Warren created weekday per diem worker positions about three years ago. They are on duty from 6 a.m. until 6 p.m.

Lufkin noted that the number of calls to the Warren service has been increasing. He said that if the town decides to use Waldoboro for all night and weekend calls it will result in significant cost increases.

Waldoboro has four people on duty day, night and weekends and during the summer five to six people at a time, said Waldoboro Emergency Medical Services Director Richard Lash. Lash said the Waldoboro service was ready to help.

"Warren is our neighbor. We want to partner with you. We don't want to take over, we just want to help," Lash said.

He said there would be no cost to the town through Jan. 31. Lash said that Waldoboro would bill insurance companies or patients if they are transported to the hospital.

Selectman Ed LaFlamme said he had always assumed that Warren people would go out if a call from Warren came in.

Pope said the proposed agreement is a "do-no-harm agreement that gives us a little bit of elbow room."

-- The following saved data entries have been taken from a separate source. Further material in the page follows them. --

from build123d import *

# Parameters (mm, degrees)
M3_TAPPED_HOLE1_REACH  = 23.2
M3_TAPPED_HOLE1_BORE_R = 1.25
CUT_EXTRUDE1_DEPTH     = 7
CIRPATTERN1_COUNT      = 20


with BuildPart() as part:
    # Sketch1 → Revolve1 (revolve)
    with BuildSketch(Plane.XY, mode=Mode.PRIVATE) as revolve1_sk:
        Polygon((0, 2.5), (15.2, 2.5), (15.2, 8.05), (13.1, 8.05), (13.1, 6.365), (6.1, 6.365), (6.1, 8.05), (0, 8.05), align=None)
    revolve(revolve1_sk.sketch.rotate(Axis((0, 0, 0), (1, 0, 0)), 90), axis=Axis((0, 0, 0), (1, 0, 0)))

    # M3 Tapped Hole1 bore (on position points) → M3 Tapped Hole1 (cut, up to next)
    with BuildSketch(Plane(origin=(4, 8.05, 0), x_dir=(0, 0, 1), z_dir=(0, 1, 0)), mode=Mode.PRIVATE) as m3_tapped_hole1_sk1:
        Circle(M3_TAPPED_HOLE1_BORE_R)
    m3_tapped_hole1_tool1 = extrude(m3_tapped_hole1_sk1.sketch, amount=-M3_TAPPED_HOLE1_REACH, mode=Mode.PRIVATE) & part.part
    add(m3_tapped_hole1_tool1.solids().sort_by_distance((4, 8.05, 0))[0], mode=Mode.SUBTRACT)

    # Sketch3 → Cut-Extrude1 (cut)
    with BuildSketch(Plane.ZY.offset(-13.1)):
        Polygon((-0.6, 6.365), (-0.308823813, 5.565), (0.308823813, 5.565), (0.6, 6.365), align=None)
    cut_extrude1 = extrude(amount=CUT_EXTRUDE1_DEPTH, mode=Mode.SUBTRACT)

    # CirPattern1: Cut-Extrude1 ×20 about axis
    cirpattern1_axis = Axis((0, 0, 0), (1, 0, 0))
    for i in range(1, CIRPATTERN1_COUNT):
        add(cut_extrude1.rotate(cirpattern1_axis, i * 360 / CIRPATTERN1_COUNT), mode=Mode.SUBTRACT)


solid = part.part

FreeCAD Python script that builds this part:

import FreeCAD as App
import Part
import Sketcher
Q = App.Units.Quantity


def add_polygon(sketch, points):
    """Adds a closed chain of lines whose ends are joined by coincident constraints."""
    first, n = sketch.GeometryCount, len(points)
    for a, b in zip(points, points[1:] + points[:1]):
        sketch.addGeometry(Part.LineSegment(App.Vector(*a, 0), App.Vector(*b, 0)), False)
    for i in range(n):
        sketch.addConstraint(Sketcher.Constraint("Coincident", first + i, 2, first + (i + 1) % n, 1))

doc = App.newDocument("Part")
body = doc.addObject("PartDesign::Body", "Body")

# Sketch on XY plane
sketch1 = doc.addObject("Sketcher::SketchObject", "Sketch")
body.addObject(sketch1)
sketch1.AttachmentSupport = (doc.XY_Plane, [""])
sketch1.MapMode = "FlatFace"
add_polygon(sketch1, [(0, 2.5), (15.2, 2.5), (15.2, 8.1), (13.1, 8.1), (13.1, 6.4), (6.1, 6.4), (6.1, 8.1), (0, 8.1)])  # lines 0-7
sketch1.addConstraint(Sketcher.Constraint("Horizontal", 0))
sketch1.addConstraint(Sketcher.Constraint("Vertical", 1))
sketch1.addConstraint(Sketcher.Constraint("Horizontal", 2))
sketch1.addConstraint(Sketcher.Constraint("Vertical", 3))
sketch1.addConstraint(Sketcher.Constraint("Horizontal", 4))
sketch1.addConstraint(Sketcher.Constraint("Vertical", 5))
sketch1.addConstraint(Sketcher.Constraint("Horizontal", 6))
sketch1.addConstraint(Sketcher.Constraint("Vertical", 7))
sketch1.addConstraint(Sketcher.Constraint("PointOnObject", 6, 2, -2))
sketch1.addConstraint(Sketcher.Constraint("Horizontal", 2, 2, 5, 2))
sketch1.addConstraint(Sketcher.Constraint("DistanceX", 4, 2, 4, 1, 7.0))
sketch1.addConstraint(Sketcher.Constraint("DistanceX", 0, 1, 0, 2, 15.2))
sketch1.addConstraint(Sketcher.Constraint("DistanceX", 2, 2, 2, 1, 2.1))
sketch1.addConstraint(Sketcher.Constraint("DistanceY", 1, 1, 1, 2, 5.55))
sketch1.addConstraint(Sketcher.Constraint("DistanceY", -1, 1, 0, 2, 2.5))
sketch1.addConstraint(Sketcher.Constraint("DistanceY", 3, 2, 3, 1, 1.685))
revolution = doc.addObject("PartDesign::Revolution", "Revolution")
body.addObject(revolution)
revolution.Profile = sketch1
revolution.ReferenceAxis = (sketch1, ["H_Axis"])
revolution.Angle = 360

# Sketch on XZ plane
sketch2 = doc.addObject("Sketcher::SketchObject", "Sketch001")
body.addObject(sketch2)
sketch2.AttachmentSupport = (doc.XZ_Plane, [""])
sketch2.MapMode = "FlatFace"
sketch2.AttachmentOffset = App.Placement(App.Vector(0, 0, -8.05), App.Rotation())
sketch2.addGeometry(Part.Circle(App.Vector(4, 0, 0), App.Vector(0, 0, 1), 1.2), False)
sketch2.addConstraint(Sketcher.Constraint("PointOnObject", 0, 3, -1))
sketch2.addConstraint(Sketcher.Constraint("Diameter", 0, 2.5))
sketch2.addConstraint(Sketcher.Constraint("DistanceX", -1, 1, 0, 3, 4.0))
pocket1 = doc.addObject("PartDesign::Pocket", "Pocket")
body.addObject(pocket1)
pocket1.Profile = sketch2
pocket1.Length = 5.884936
pocket1.Reversed = True

# Sketch on YZ plane
sketch3 = doc.addObject("Sketcher::SketchObject", "Sketch002")
body.addObject(sketch3)
sketch3.AttachmentSupport = (doc.YZ_Plane, [""])
sketch3.MapMode = "FlatFace"
sketch3.AttachmentOffset = App.Placement(App.Vector(0, 0, 13.1), App.Rotation())
add_polygon(sketch3, [(6.4, -0.6), (5.6, -0.3), (5.6, 0.3), (6.4, 0.6)])  # lines 0-3
sketch3.addConstraint(Sketcher.Constraint("Vertical", 1))
sketch3.addConstraint(Sketcher.Constraint("Vertical", 3))
sketch3.addConstraint(Sketcher.Constraint("Equal", 0, 2))
sketch3.addConstraint(Sketcher.Constraint("Angle", 0, Q("160 deg")))
sketch3.addConstraint(Sketcher.Constraint("DistanceY", 3, 2, 3, 1, 1.2))
sketch3.addConstraint(Sketcher.Constraint("DistanceY", -1, 1, 2, 2, 0.6))
sketch3.addConstraint(Sketcher.Constraint("DistanceX", 1, 2, 2, 2, 0.8))
sketch3.addConstraint(Sketcher.Constraint("DistanceX", -1, 1, 0, 2, 5.565))
pocket2 = doc.addObject("PartDesign::Pocket", "Pocket001")
body.addObject(pocket2)
pocket2.Profile = sketch3
pocket2.Length = 7
doc.recompute()

polarpattern = doc.addObject("PartDesign::PolarPattern", "PolarPattern")
body.addObject(polarpattern)
polarpattern.Originals = [pocket2]
polarpattern.Axis = (doc.X_Axis, [""])
polarpattern.Angle = 360
polarpattern.Occurrences = 20
body.Tip = polarpattern

doc.recompute()
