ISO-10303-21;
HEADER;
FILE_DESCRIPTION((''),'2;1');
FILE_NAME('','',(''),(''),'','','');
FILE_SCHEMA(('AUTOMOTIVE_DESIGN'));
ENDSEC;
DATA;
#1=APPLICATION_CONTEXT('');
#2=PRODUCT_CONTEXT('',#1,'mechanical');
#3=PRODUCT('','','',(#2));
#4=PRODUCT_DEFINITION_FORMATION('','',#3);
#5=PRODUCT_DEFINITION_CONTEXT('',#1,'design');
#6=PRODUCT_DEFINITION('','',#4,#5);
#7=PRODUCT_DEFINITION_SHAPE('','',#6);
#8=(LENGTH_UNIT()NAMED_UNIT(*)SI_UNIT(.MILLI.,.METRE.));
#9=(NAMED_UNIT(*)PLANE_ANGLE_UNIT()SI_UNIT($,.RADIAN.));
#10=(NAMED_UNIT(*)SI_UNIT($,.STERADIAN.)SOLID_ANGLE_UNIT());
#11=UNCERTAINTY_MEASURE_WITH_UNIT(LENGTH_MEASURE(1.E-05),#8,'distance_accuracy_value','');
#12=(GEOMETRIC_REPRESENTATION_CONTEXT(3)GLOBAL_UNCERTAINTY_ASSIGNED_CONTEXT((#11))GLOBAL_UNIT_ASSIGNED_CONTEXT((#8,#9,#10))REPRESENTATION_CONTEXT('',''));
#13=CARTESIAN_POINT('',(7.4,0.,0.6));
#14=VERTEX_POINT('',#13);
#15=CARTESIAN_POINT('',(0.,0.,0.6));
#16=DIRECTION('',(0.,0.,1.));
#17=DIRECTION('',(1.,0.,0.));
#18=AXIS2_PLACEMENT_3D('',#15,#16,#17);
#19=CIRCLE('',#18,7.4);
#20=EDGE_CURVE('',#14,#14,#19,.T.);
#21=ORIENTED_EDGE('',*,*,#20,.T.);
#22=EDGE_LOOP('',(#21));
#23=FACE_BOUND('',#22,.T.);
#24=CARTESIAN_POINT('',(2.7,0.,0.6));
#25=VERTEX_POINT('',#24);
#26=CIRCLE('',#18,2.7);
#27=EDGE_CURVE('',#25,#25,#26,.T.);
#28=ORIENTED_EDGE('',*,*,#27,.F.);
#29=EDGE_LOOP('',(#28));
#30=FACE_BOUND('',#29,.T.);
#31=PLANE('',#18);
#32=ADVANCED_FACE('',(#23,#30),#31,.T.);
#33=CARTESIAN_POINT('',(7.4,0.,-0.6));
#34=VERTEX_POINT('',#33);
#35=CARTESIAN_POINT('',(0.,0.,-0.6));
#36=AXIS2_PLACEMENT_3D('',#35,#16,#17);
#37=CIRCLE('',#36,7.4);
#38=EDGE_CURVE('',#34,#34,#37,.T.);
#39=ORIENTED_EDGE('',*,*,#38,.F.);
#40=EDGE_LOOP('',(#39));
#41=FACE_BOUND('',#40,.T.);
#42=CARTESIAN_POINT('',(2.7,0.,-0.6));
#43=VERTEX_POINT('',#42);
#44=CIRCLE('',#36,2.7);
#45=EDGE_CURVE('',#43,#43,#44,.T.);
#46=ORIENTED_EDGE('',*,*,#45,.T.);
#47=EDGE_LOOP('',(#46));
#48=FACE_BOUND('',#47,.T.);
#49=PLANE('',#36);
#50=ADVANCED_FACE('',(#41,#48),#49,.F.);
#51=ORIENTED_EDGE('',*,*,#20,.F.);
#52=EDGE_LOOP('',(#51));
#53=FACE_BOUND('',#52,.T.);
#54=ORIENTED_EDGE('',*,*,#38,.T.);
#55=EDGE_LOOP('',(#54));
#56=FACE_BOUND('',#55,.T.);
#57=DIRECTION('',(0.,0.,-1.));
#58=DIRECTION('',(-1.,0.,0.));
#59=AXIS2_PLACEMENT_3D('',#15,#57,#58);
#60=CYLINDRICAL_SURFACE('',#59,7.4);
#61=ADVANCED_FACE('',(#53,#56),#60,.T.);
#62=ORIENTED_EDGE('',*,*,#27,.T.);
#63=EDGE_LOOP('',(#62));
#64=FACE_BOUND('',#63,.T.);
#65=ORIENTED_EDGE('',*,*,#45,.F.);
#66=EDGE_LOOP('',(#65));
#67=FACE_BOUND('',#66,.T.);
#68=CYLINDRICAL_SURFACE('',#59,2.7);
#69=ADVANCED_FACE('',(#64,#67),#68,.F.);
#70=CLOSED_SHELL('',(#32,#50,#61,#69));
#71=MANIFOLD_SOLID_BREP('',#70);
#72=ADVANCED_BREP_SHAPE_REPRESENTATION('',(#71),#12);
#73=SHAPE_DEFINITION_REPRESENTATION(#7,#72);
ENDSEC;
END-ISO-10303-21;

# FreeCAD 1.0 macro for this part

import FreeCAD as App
import Part
import Sketcher

V = App.Vector
Q = App.Units.Quantity

doc = App.newDocument("Part")
params = doc.addObject("Spreadsheet::Sheet", "Params")
for row, (alias, value) in enumerate([
    ("sketch1_diameter", "14.8 mm"),
    ("sketch1_diameter2", "5.4 mm"),
    ("pad1_length", "1.2 mm"),
], start=1):
    params.set(f"A{row}", alias)
    params.set(f"B{row}", "=" + value)
    params.setAlias(f"B{row}", alias)

body = doc.addObject("PartDesign::Body", "Body")

# Sketch on XY plane
sketch1 = body.newObject("Sketcher::SketchObject", "Sketch")
sketch1.AttachmentSupport = (doc.getObject("XY_Plane"), [""])
sketch1.MapMode = "FlatFace"
sketch1.addGeometry([
    Part.Circle(V(0, 0, 0), V(0, 0, 1), 7.4),
    Part.Circle(V(0, 0, 0), V(0, 0, 1), 2.7),
], False)
sketch1.addConstraint([
    Sketcher.Constraint("Coincident", 0, 3, -1, 1),
    Sketcher.Constraint("Coincident", 1, 3, -1, 1),
    Sketcher.Constraint("Diameter", 0, Q("14.8 mm")),
    Sketcher.Constraint("Diameter", 1, Q("5.4 mm")),
])
sketch1.setExpression("Constraints[2]", "Params.sketch1_diameter")
sketch1.setExpression("Constraints[3]", "Params.sketch1_diameter2")
pad1 = body.newObject("PartDesign::Pad", "Pad")
pad1.Profile = sketch1
pad1.setExpression("Length", "Params.pad1_length")
pad1.Midplane = True

doc.recompute()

Selectman Michael York said his concern was that by going with Waldoboro for the next six weeks, it could damage the relationship with the ambulance volunteers. The selectmen had originally considered turning to Waldoboro on weekends as well but modified that proposal to only weeknights, when volunteers are less likely to be able to respond.

Wood was cleared to return as ambulance director but remains out on medical leave, Pope said.